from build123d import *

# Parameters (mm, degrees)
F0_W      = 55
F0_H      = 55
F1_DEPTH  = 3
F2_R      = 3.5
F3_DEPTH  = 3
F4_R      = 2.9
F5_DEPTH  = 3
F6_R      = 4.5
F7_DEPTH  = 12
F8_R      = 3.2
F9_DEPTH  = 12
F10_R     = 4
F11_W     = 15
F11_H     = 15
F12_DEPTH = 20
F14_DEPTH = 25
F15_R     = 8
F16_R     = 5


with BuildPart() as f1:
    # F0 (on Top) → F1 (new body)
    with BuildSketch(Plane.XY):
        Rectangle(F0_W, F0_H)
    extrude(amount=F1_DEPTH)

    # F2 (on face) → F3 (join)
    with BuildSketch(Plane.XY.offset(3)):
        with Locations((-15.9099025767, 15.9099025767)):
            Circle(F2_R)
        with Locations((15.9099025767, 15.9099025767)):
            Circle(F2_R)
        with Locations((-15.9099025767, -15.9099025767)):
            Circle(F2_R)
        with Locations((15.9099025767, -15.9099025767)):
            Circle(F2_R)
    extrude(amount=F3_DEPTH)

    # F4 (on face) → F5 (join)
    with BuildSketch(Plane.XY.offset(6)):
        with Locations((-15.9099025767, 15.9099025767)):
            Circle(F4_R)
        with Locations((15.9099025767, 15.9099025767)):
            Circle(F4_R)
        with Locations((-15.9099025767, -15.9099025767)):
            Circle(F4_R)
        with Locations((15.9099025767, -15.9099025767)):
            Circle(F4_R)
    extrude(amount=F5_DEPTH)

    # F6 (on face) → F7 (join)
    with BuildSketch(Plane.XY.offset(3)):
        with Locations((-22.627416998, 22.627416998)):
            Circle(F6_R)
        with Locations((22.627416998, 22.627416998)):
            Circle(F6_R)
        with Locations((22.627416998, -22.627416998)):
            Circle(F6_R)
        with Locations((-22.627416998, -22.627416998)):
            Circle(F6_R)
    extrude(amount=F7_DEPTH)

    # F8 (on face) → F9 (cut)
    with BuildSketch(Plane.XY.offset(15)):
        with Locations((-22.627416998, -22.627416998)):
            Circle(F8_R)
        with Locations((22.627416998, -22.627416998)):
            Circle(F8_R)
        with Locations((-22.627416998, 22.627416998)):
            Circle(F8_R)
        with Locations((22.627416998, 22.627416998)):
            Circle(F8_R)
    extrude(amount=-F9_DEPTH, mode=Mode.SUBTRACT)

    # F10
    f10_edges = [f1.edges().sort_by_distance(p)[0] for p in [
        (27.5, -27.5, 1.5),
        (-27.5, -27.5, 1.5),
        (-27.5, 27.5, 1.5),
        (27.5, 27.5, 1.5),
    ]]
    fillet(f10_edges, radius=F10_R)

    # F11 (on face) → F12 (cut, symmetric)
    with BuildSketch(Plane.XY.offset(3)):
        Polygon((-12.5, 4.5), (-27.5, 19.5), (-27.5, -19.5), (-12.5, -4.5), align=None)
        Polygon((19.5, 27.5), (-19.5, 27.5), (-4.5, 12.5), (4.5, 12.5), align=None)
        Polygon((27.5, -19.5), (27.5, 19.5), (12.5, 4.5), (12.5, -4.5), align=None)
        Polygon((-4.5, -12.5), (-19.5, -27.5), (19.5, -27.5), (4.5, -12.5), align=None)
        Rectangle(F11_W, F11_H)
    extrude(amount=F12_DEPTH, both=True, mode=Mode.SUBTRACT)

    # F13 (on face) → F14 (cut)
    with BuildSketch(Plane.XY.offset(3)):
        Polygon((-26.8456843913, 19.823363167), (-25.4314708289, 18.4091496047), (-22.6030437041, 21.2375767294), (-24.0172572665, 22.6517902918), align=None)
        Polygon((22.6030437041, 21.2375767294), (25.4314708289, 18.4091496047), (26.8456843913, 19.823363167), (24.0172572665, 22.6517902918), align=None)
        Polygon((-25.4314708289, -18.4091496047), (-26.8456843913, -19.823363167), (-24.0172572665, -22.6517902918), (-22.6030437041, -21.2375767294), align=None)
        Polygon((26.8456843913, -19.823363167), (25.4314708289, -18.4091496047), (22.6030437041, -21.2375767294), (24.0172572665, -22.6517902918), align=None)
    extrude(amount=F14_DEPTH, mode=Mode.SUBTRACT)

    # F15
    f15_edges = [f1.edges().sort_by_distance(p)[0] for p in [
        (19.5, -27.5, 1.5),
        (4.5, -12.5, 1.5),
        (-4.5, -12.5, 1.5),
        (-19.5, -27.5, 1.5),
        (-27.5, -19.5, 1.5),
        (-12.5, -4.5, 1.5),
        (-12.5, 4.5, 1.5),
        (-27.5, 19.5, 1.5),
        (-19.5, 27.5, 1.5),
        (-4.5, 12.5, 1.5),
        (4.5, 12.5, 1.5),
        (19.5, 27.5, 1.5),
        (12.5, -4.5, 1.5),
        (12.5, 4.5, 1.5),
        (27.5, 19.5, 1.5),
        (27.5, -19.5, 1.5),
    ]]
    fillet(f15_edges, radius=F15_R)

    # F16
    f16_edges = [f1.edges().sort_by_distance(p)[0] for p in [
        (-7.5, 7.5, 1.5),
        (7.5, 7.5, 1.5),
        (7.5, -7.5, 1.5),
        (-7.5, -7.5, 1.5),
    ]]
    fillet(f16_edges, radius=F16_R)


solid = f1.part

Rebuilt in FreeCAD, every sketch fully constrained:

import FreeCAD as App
import Part
import Sketcher

V = App.Vector


def edges_at(feature, points):
    """Names of the edges that pass closest to the given points."""
    edges = feature.Shape.Edges
    near = lambda p: min(range(len(edges)), key=lambda i: edges[i].distToShape(Part.Vertex(*p))[0])
    return sorted({f"Edge{near(p) + 1}" for p in points})


def add_polygon(sketch, points):
    """Adds a closed chain of lines whose ends are joined by coincident constraints."""
    first, n = sketch.GeometryCount, len(points)
    for a, b in zip(points, points[1:] + points[:1]):
        sketch.addGeometry(Part.LineSegment(App.Vector(*a, 0), App.Vector(*b, 0)), False)
    for i in range(n):
        sketch.addConstraint(Sketcher.Constraint("Coincident", first + i, 2, first + (i + 1) % n, 1))

doc = App.newDocument("Part")
body = doc.addObject("PartDesign::Body", "Body")

# Sketch on XY plane
sketch1 = body.newObject("Sketcher::SketchObject", "Sketch")
sketch1.AttachmentSupport = (doc.getObject("XY_Plane"), [""])
sketch1.MapMode = "FlatFace"
add_polygon(sketch1, [(-28, 28), (-28, -28), (28, -28), (28, 28)])  # lines 0-3
sketch1.addConstraint([
    Sketcher.Constraint("Vertical", 0),
    Sketcher.Constraint("Horizontal", 1),
    Sketcher.Constraint("Vertical", 2),
    Sketcher.Constraint("Horizontal", 3),
    Sketcher.Constraint("Symmetric", 0, 2, 2, 2, -1, 1),
    Sketcher.Constraint("Equal", 3, 0),
    Sketcher.Constraint("DistanceX", 1, 1, 1, 2, 55.0),
])
pad1 = body.newObject("PartDesign::Pad", "Pad")
pad1.Profile = sketch1
pad1.Length = 3

# Sketch on XY plane
sketch2 = body.newObject("Sketcher::SketchObject", "Sketch001")
sketch2.AttachmentSupport = (doc.getObject("XY_Plane"), [""])
sketch2.MapMode = "FlatFace"
sketch2.AttachmentOffset = App.Placement(V(0, 0, 3), App.Rotation())
sketch2.addGeometry([
    Part.Circle(V(-15.9, 15.9, 0), V(0, 0, 1), 3.5),
    Part.Circle(V(15.9, 15.9, 0), V(0, 0, 1), 3.5),
    Part.Circle(V(-15.9, -15.9, 0), V(0, 0, 1), 3.5),
    Part.Circle(V(15.9, -15.9, 0), V(0, 0, 1), 3.5),
], False)
sketch2.addConstraint([
    Sketcher.Constraint("Equal", 0, 1),
    Sketcher.Constraint("Equal", 1, 2),
    Sketcher.Constraint("Equal", 2, 3),
    Sketcher.Constraint("Symmetric", 1, 3, 2, 3, -1, 1),
    Sketcher.Constraint("Symmetric", 0, 3, 3, 3, -1, 1),
    Sketcher.Constraint("Symmetric", 0, 3, 1, 3, -2),
    Sketcher.Constraint("Diameter", 0, 7.0),
    Sketcher.Constraint("DistanceX", 0, 3, -1, 1, 15.909903),
    Sketcher.Constraint("DistanceY", -1, 1, 0, 3, 15.909903),
])
pad2 = body.newObject("PartDesign::Pad", "Pad001")
pad2.Profile = sketch2
pad2.Length = 3

# Sketch on XY plane
sketch3 = body.newObject("Sketcher::SketchObject", "Sketch002")
sketch3.AttachmentSupport = (doc.getObject("XY_Plane"), [""])
sketch3.MapMode = "FlatFace"
sketch3.AttachmentOffset = App.Placement(V(0, 0, 6), App.Rotation())
sketch3.addGeometry([
    Part.Circle(V(-15.9, 15.9, 0), V(0, 0, 1), 2.9),
    Part.Circle(V(15.9, 15.9, 0), V(0, 0, 1), 2.9),
    Part.Circle(V(-15.9, -15.9, 0), V(0, 0, 1), 2.9),
    Part.Circle(V(15.9, -15.9, 0), V(0, 0, 1), 2.9),
], False)
sketch3.addConstraint([
    Sketcher.Constraint("Equal", 0, 1),
    Sketcher.Constraint("Equal", 1, 2),
    Sketcher.Constraint("Equal", 2, 3),
    Sketcher.Constraint("Symmetric", 1, 3, 2, 3, -1, 1),
    Sketcher.Constraint("Symmetric", 0, 3, 3, 3, -1, 1),
    Sketcher.Constraint("Symmetric", 0, 3, 1, 3, -2),
    Sketcher.Constraint("Diameter", 0, 5.8),
    Sketcher.Constraint("DistanceX", 0, 3, -1, 1, 15.909903),
    Sketcher.Constraint("DistanceY", -1, 1, 0, 3, 15.909903),
])
pad3 = body.newObject("PartDesign::Pad", "Pad002")
pad3.Profile = sketch3
pad3.Length = 3

# Sketch on XY plane
sketch4 = body.newObject("Sketcher::SketchObject", "Sketch003")
sketch4.AttachmentSupport = (doc.getObject("XY_Plane"), [""])
sketch4.MapMode = "FlatFace"
sketch4.AttachmentOffset = App.Placement(V(0, 0, 3), App.Rotation())
sketch4.addGeometry([
    Part.Circle(V(-22.6, 22.6, 0), V(0, 0, 1), 4.5),
    Part.Circle(V(22.6, 22.6, 0), V(0, 0, 1), 4.5),
    Part.Circle(V(22.6, -22.6, 0), V(0, 0, 1), 4.5),
    Part.Circle(V(-22.6, -22.6, 0), V(0, 0, 1), 4.5),
], False)
sketch4.addConstraint([
    Sketcher.Constraint("Equal", 0, 1),
    Sketcher.Constraint("Equal", 1, 2),
    Sketcher.Constraint("Equal", 2, 3),
    Sketcher.Constraint("Symmetric", 0, 3, 2, 3, -1, 1),
    Sketcher.Constraint("Symmetric", 1, 3, 3, 3, -1, 1),
    Sketcher.Constraint("Symmetric", 0, 3, 1, 3, -2),
    Sketcher.Constraint("Diameter", 0, 9.0),
    Sketcher.Constraint("DistanceX", 0, 3, -1, 1, 22.627417),
    Sketcher.Constraint("DistanceY", -1, 1, 0, 3, 22.627417),
])
pad4 = body.newObject("PartDesign::Pad", "Pad003")
pad4.Profile = sketch4
pad4.Length = 12

# Sketch on XY plane
sketch5 = body.newObject("Sketcher::SketchObject", "Sketch004")
sketch5.AttachmentSupport = (doc.getObject("XY_Plane"), [""])
sketch5.MapMode = "FlatFace"
sketch5.AttachmentOffset = App.Placement(V(0, 0, 15), App.Rotation())
sketch5.addGeometry([
    Part.Circle(V(-22.6, -22.6, 0), V(0, 0, 1), 3.2),
    Part.Circle(V(22.6, -22.6, 0), V(0, 0, 1), 3.2),
    Part.Circle(V(-22.6, 22.6, 0), V(0, 0, 1), 3.2),
    Part.Circle(V(22.6, 22.6, 0), V(0, 0, 1), 3.2),
], False)
sketch5.addConstraint([
    Sketcher.Constraint("Equal", 0, 1),
    Sketcher.Constraint("Equal", 1, 2),
    Sketcher.Constraint("Equal", 2, 3),
    Sketcher.Constraint("Symmetric", 1, 3, 2, 3, -1, 1),
    Sketcher.Constraint("Symmetric", 0, 3, 3, 3, -1, 1),
    Sketcher.Constraint("Symmetric", 0, 3, 1, 3, -2),
    Sketcher.Constraint("Diameter", 0, 6.4),
    Sketcher.Constraint("DistanceX", 0, 3, -1, 1, 22.627417),
    Sketcher.Constraint("DistanceY", 0, 3, -1, 1, 22.627417),
])
pocket1 = body.newObject("PartDesign::Pocket", "Pocket")
pocket1.Profile = sketch5
pocket1.Length = 12
doc.recompute()

fillet = body.newObject("PartDesign::Fillet", "Fillet")
fillet.Base = (pocket1, edges_at(pocket1, [
    (27.5, -27.5, 1.5),
    (-27.5, -27.5, 1.5),
    (-27.5, 27.5, 1.5),
    (27.5, 27.5, 1.5),
]))
fillet.Radius = 4

# Sketch on XY plane
sketch6 = body.newObject("Sketcher::SketchObject", "Sketch005")
sketch6.AttachmentSupport = (doc.getObject("XY_Plane"), [""])
sketch6.MapMode = "FlatFace"
sketch6.AttachmentOffset = App.Placement(V(0, 0, 3), App.Rotation())
add_polygon(sketch6, [(-12, 4), (-28, 20), (-28, -20), (-12, -4)])  # lines 0-3
add_polygon(sketch6, [(20, 28), (-20, 28), (-4, 12), (4, 12)])  # lines 4-7
add_polygon(sketch6, [(28, -20), (28, 20), (12, 4), (12, -4)])  # lines 8-11
add_polygon(sketch6, [(-4, -12), (-20, -28), (20, -28), (4, -12)])  # lines 12-15
add_polygon(sketch6, [(-8, 8), (-8, -8), (8, -8), (8, 8)])  # lines 16-19
sketch6.addConstraint([
    Sketcher.Constraint("Vertical", 1),
    Sketcher.Constraint("Vertical", 3),
    Sketcher.Constraint("Horizontal", 4),
    Sketcher.Constraint("Horizontal", 6),
    Sketcher.Constraint("Vertical", 8),
    Sketcher.Constraint("Vertical", 10),
    Sketcher.Constraint("Horizontal", 13),
    Sketcher.Constraint("Horizontal", 15),
    Sketcher.Constraint("Vertical", 16),
    Sketcher.Constraint("Horizontal", 17),
    Sketcher.Constraint("Vertical", 18),
    Sketcher.Constraint("Horizontal", 19),
    Sketcher.Constraint("Symmetric", 1, 2, 8, 2, -1, 1),
    Sketcher.Constraint("Symmetric", 2, 2, 9, 2, -1, 1),
    Sketcher.Constraint("Symmetric", 7, 2, 12, 2, -1, 1),
    Sketcher.Constraint("Symmetric", 5, 2, 14, 2, -1, 1),
    Sketcher.Constraint("Symmetric", 16, 2, 18, 2, -1, 1),
    Sketcher.Constraint("Perpendicular", 0, 2),
    Sketcher.Constraint("Perpendicular", 2, 5),
    Sketcher.Constraint("Perpendicular", 5, 7),
    Sketcher.Constraint("Perpendicular", 9, 11),
    Sketcher.Constraint("Perpendicular", 11, 12),
    Sketcher.Constraint("Perpendicular", 12, 14),
    Sketcher.Constraint("Horizontal", 0, 2, 8, 2),
    Sketcher.Constraint("Horizontal", 3, 2, 9, 2),
    Sketcher.Constraint("Horizontal", 2, 2, 10, 2),
    Sketcher.Constraint("Vertical", 4, 2, 12, 2),
    Sketcher.Constraint("Equal", 13, 1),
    Sketcher.Constraint("Equal", 15, 3),
    Sketcher.Constraint("Equal", 19, 16),
    Sketcher.Constraint("DistanceX", 4, 2, 4, 1, 39.0),
    Sketcher.Constraint("DistanceX", 6, 1, 6, 2, 9.0),
    Sketcher.Constraint("DistanceX", 17, 1, 17, 2, 15.0),
    Sketcher.Constraint("DistanceX", 0, 2, 4, 2, 8.0),
    Sketcher.Constraint("DistanceY", 0, 2, 4, 2, 8.0),
])
pocket2 = body.newObject("PartDesign::Pocket", "Pocket001")
pocket2.Profile = sketch6
pocket2.Length = 40
pocket2.Midplane = True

#####

> _WHAT YOU ARE ASKED TO DO_
From the listing above, copy every line that includes the word "SUBTRACT".

> _YOUR SOLUTION_
    extrude(amount=-F9_DEPTH, mode=Mode.SUBTRACT)
    extrude(amount=F12_DEPTH, both=True, mode=Mode.SUBTRACT)
    extrude(amount=F14_DEPTH, mode=Mode.SUBTRACT)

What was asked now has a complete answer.